• **WHAT YOU WILL DO**:
Each entry in the block below needs to be copied out exactly.

Saved entries
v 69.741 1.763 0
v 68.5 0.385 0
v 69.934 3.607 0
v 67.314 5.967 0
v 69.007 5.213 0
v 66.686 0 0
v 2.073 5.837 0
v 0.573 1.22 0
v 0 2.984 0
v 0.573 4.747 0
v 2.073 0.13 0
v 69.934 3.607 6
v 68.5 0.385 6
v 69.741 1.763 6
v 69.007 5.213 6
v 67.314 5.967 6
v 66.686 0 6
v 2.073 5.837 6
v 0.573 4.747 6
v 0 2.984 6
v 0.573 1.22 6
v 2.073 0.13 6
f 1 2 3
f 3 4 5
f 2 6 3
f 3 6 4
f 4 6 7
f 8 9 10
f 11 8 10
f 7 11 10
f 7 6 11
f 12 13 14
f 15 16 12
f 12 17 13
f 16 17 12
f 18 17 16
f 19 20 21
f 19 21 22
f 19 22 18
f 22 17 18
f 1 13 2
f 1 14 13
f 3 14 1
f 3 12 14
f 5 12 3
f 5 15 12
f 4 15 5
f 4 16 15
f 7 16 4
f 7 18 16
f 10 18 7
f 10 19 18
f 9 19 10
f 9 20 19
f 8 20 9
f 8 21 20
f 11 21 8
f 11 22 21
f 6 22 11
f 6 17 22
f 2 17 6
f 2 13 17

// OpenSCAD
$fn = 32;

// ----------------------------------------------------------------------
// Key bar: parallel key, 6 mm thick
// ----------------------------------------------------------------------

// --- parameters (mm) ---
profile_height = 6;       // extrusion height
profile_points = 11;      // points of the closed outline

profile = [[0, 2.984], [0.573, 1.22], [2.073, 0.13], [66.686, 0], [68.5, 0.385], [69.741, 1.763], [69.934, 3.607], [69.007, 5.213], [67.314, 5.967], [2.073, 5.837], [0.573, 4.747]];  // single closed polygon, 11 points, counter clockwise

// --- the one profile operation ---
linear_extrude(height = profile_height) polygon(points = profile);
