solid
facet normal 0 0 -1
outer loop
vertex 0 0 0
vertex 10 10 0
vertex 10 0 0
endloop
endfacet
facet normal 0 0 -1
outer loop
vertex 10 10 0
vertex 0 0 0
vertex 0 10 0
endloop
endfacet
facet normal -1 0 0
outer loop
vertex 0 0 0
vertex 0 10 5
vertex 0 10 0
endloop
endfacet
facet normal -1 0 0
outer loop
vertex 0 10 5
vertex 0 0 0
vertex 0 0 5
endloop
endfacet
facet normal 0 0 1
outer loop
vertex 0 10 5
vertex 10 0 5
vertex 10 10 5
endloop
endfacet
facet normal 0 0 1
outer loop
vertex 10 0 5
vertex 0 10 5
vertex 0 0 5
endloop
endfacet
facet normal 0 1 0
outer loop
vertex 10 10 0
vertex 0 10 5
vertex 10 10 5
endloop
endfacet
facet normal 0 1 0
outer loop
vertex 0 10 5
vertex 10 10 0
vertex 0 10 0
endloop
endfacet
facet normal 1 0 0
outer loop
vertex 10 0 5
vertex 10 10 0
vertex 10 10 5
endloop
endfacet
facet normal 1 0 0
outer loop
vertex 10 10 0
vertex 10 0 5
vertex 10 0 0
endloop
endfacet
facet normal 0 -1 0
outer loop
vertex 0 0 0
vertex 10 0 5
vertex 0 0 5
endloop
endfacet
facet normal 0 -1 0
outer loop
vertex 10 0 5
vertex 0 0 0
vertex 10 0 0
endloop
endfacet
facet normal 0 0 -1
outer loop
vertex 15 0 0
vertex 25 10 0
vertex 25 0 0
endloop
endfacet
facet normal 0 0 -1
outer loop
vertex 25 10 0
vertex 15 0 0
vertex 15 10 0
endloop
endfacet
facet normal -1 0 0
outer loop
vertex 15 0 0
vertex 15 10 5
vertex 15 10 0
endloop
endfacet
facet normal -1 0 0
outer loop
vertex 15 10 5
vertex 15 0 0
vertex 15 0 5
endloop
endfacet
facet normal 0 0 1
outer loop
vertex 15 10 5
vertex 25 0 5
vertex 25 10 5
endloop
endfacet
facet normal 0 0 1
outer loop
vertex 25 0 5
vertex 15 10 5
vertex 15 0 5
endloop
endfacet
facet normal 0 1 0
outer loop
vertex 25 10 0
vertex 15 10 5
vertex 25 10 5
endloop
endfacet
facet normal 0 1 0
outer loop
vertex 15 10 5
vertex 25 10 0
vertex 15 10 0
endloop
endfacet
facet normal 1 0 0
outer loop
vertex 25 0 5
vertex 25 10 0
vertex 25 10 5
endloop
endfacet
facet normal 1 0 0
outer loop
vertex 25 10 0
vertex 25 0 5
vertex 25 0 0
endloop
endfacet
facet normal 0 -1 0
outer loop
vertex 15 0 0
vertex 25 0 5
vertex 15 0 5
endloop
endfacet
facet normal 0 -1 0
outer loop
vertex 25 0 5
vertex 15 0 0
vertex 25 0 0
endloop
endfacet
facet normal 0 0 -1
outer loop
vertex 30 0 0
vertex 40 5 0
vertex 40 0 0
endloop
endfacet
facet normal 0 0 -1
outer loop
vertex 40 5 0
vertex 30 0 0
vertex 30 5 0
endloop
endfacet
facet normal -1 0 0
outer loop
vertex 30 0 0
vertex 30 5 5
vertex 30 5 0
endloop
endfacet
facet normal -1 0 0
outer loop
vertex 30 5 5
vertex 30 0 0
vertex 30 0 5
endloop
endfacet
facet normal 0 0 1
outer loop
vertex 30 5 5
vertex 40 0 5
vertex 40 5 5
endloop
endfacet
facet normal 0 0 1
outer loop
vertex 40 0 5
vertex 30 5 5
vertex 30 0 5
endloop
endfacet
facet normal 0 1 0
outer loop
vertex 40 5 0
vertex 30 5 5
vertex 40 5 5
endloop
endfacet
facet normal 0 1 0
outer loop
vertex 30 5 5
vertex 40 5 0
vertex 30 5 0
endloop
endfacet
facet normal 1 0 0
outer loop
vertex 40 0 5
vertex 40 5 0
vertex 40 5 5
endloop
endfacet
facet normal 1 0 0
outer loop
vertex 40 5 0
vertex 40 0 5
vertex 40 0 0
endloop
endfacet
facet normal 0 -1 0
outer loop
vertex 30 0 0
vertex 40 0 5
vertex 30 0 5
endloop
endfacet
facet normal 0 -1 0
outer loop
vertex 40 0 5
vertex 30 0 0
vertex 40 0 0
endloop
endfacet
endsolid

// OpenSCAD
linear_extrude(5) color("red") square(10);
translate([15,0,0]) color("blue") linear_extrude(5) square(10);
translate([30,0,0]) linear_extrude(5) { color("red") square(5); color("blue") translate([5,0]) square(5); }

• **EXPECTED ANSWER**:
v 69.741 1.763 0
v 68.5 0.385 0
v 69.934 3.607 0
v 67.314 5.967 0
v 69.007 5.213 0
v 66.686 0 0
v 2.073 5.837 0
v 0.573 1.22 0
v 0 2.984 0
v 0.573 4.747 0
v 2.073 0.13 0
v 69.934 3.607 6
v 68.5 0.385 6
v 69.741 1.763 6
v 69.007 5.213 6
v 67.314 5.967 6
v 66.686 0 6
v 2.073 5.837 6
v 0.573 4.747 6
v 0 2.984 6
v 0.573 1.22 6
v 2.073 0.13 6
f 1 2 3
f 3 4 5
f 2 6 3
f 3 6 4
f 4 6 7
f 8 9 10
f 11 8 10
f 7 11 10
f 7 6 11
f 12 13 14
f 15 16 12
f 12 17 13
f 16 17 12
f 18 17 16
f 19 20 21
f 19 21 22
f 19 22 18
f 22 17 18
f 1 13 2
f 1 14 13
f 3 14 1
f 3 12 14
f 5 12 3
f 5 15 12
f 4 15 5
f 4 16 15
f 7 16 4
f 7 18 16
f 10 18 7
f 10 19 18
f 9 19 10
f 9 20 19
f 8 20 9
f 8 21 20
f 11 21 8
f 11 22 21
f 6 22 11
f 6 17 22
f 2 17 6
f 2 13 17

// OpenSCAD
$fn = 32;

// ----------------------------------------------------------------------
// Key bar: parallel key, 6 mm thick
// ----------------------------------------------------------------------

// --- parameters (mm) ---
profile_height = 6;       // extrusion height
profile_points = 11;      // points of the closed outline

profile = [[0, 2.984], [0.573, 1.22], [2.073, 0.13], [66.686, 0], [68.5, 0.385], [69.741, 1.763], [69.934, 3.607], [69.007, 5.213], [67.314, 5.967], [2.073, 5.837], [0.573, 4.747]];  // single closed polygon, 11 points, counter clockwise

// --- the one profile operation ---
linear_extrude(height = profile_height) polygon(points = profile);
solid
facet normal 0 0 -1
outer loop
vertex 0 0 0
vertex 10 10 0
vertex 10 0 0
endloop
endfacet
facet normal 0 0 -1
outer loop
vertex 10 10 0
vertex 0 0 0
vertex 0 10 0
endloop
endfacet
facet normal -1 0 0
outer loop
vertex 0 0 0
vertex 0 10 5
vertex 0 10 0
endloop
endfacet
facet normal -1 0 0
outer loop
vertex 0 10 5
vertex 0 0 0
vertex 0 0 5
endloop
endfacet
facet normal 0 0 1
outer loop
vertex 0 10 5
vertex 10 0 5
vertex 10 10 5
endloop
endfacet
facet normal 0 0 1
outer loop
vertex 10 0 5
vertex 0 10 5
vertex 0 0 5
endloop
endfacet
facet normal 0 1 0
outer loop
vertex 10 10 0
vertex 0 10 5
vertex 10 10 5
endloop
endfacet
facet normal 0 1 0
outer loop
vertex 0 10 5
vertex 10 10 0
vertex 0 10 0
endloop
endfacet
facet normal 1 0 0
outer loop
vertex 10 0 5
vertex 10 10 0
vertex 10 10 5
endloop
endfacet
facet normal 1 0 0
outer loop
vertex 10 10 0
vertex 10 0 5
vertex 10 0 0
endloop
endfacet
facet normal 0 -1 0
outer loop
vertex 0 0 0
vertex 10 0 5
vertex 0 0 5
endloop
endfacet
facet normal 0 -1 0
outer loop
vertex 10 0 5
vertex 0 0 0
vertex 10 0 0
endloop
endfacet
facet normal 0 0 -1
outer loop
vertex 15 0 0
vertex 25 10 0
vertex 25 0 0
endloop
endfacet
facet normal 0 0 -1
outer loop
vertex 25 10 0
vertex 15 0 0
vertex 15 10 0
endloop
endfacet
facet normal -1 0 0
outer loop
vertex 15 0 0
vertex 15 10 5
vertex 15 10 0
endloop
endfacet
facet normal -1 0 0
outer loop
vertex 15 10 5
vertex 15 0 0
vertex 15 0 5
endloop
endfacet
facet normal 0 0 1
outer loop
vertex 15 10 5
vertex 25 0 5
vertex 25 10 5
endloop
endfacet
facet normal 0 0 1
outer loop
vertex 25 0 5
vertex 15 10 5
vertex 15 0 5
endloop
endfacet
facet normal 0 1 0
outer loop
vertex 25 10 0
vertex 15 10 5
vertex 25 10 5
endloop
endfacet
facet normal 0 1 0
outer loop
vertex 15 10 5
vertex 25 10 0
vertex 15 10 0
endloop
endfacet
facet normal 1 0 0
outer loop
vertex 25 0 5
vertex 25 10 0
vertex 25 10 5
endloop
endfacet
facet normal 1 0 0
outer loop
vertex 25 10 0
vertex 25 0 5
vertex 25 0 0
endloop
endfacet
facet normal 0 -1 0
outer loop
vertex 15 0 0
vertex 25 0 5
vertex 15 0 5
endloop
endfacet
facet normal 0 -1 0
outer loop
vertex 25 0 5
vertex 15 0 0
vertex 25 0 0
endloop
endfacet
facet normal 0 0 -1
outer loop
vertex 30 0 0
vertex 40 5 0
vertex 40 0 0
endloop
endfacet
facet normal 0 0 -1
outer loop
vertex 40 5 0
vertex 30 0 0
vertex 30 5 0
endloop
endfacet
facet normal -1 0 0
outer loop
vertex 30 0 0
vertex 30 5 5
vertex 30 5 0
endloop
endfacet
facet normal -1 0 0
outer loop
vertex 30 5 5
vertex 30 0 0
vertex 30 0 5
endloop
endfacet
facet normal 0 0 1
outer loop
vertex 30 5 5
vertex 40 0 5
vertex 40 5 5
endloop
endfacet
facet normal 0 0 1
outer loop
vertex 40 0 5
vertex 30 5 5
vertex 30 0 5
endloop
endfacet
facet normal 0 1 0
outer loop
vertex 40 5 0
vertex 30 5 5
vertex 40 5 5
endloop
endfacet
facet normal 0 1 0
outer loop
vertex 30 5 5
vertex 40 5 0
vertex 30 5 0
endloop
endfacet
facet normal 1 0 0
outer loop
vertex 40 0 5
vertex 40 5 0
vertex 40 5 5
endloop
endfacet
facet normal 1 0 0
outer loop
vertex 40 5 0
vertex 40 0 5
vertex 40 0 0
endloop
endfacet
facet normal 0 -1 0
outer loop
vertex 30 0 0
vertex 40 0 5
vertex 30 0 5
endloop
endfacet
facet normal 0 -1 0
outer loop
vertex 40 0 5
vertex 30 0 0
vertex 40 0 0
endloop
endfacet
endsolid

// OpenSCAD
linear_extrude(5) color("red") square(10);
translate([15,0,0]) color("blue") linear_extrude(5) square(10);
translate([30,0,0]) linear_extrude(5) { color("red") square(5); color("blue") translate([5,0]) square(5); }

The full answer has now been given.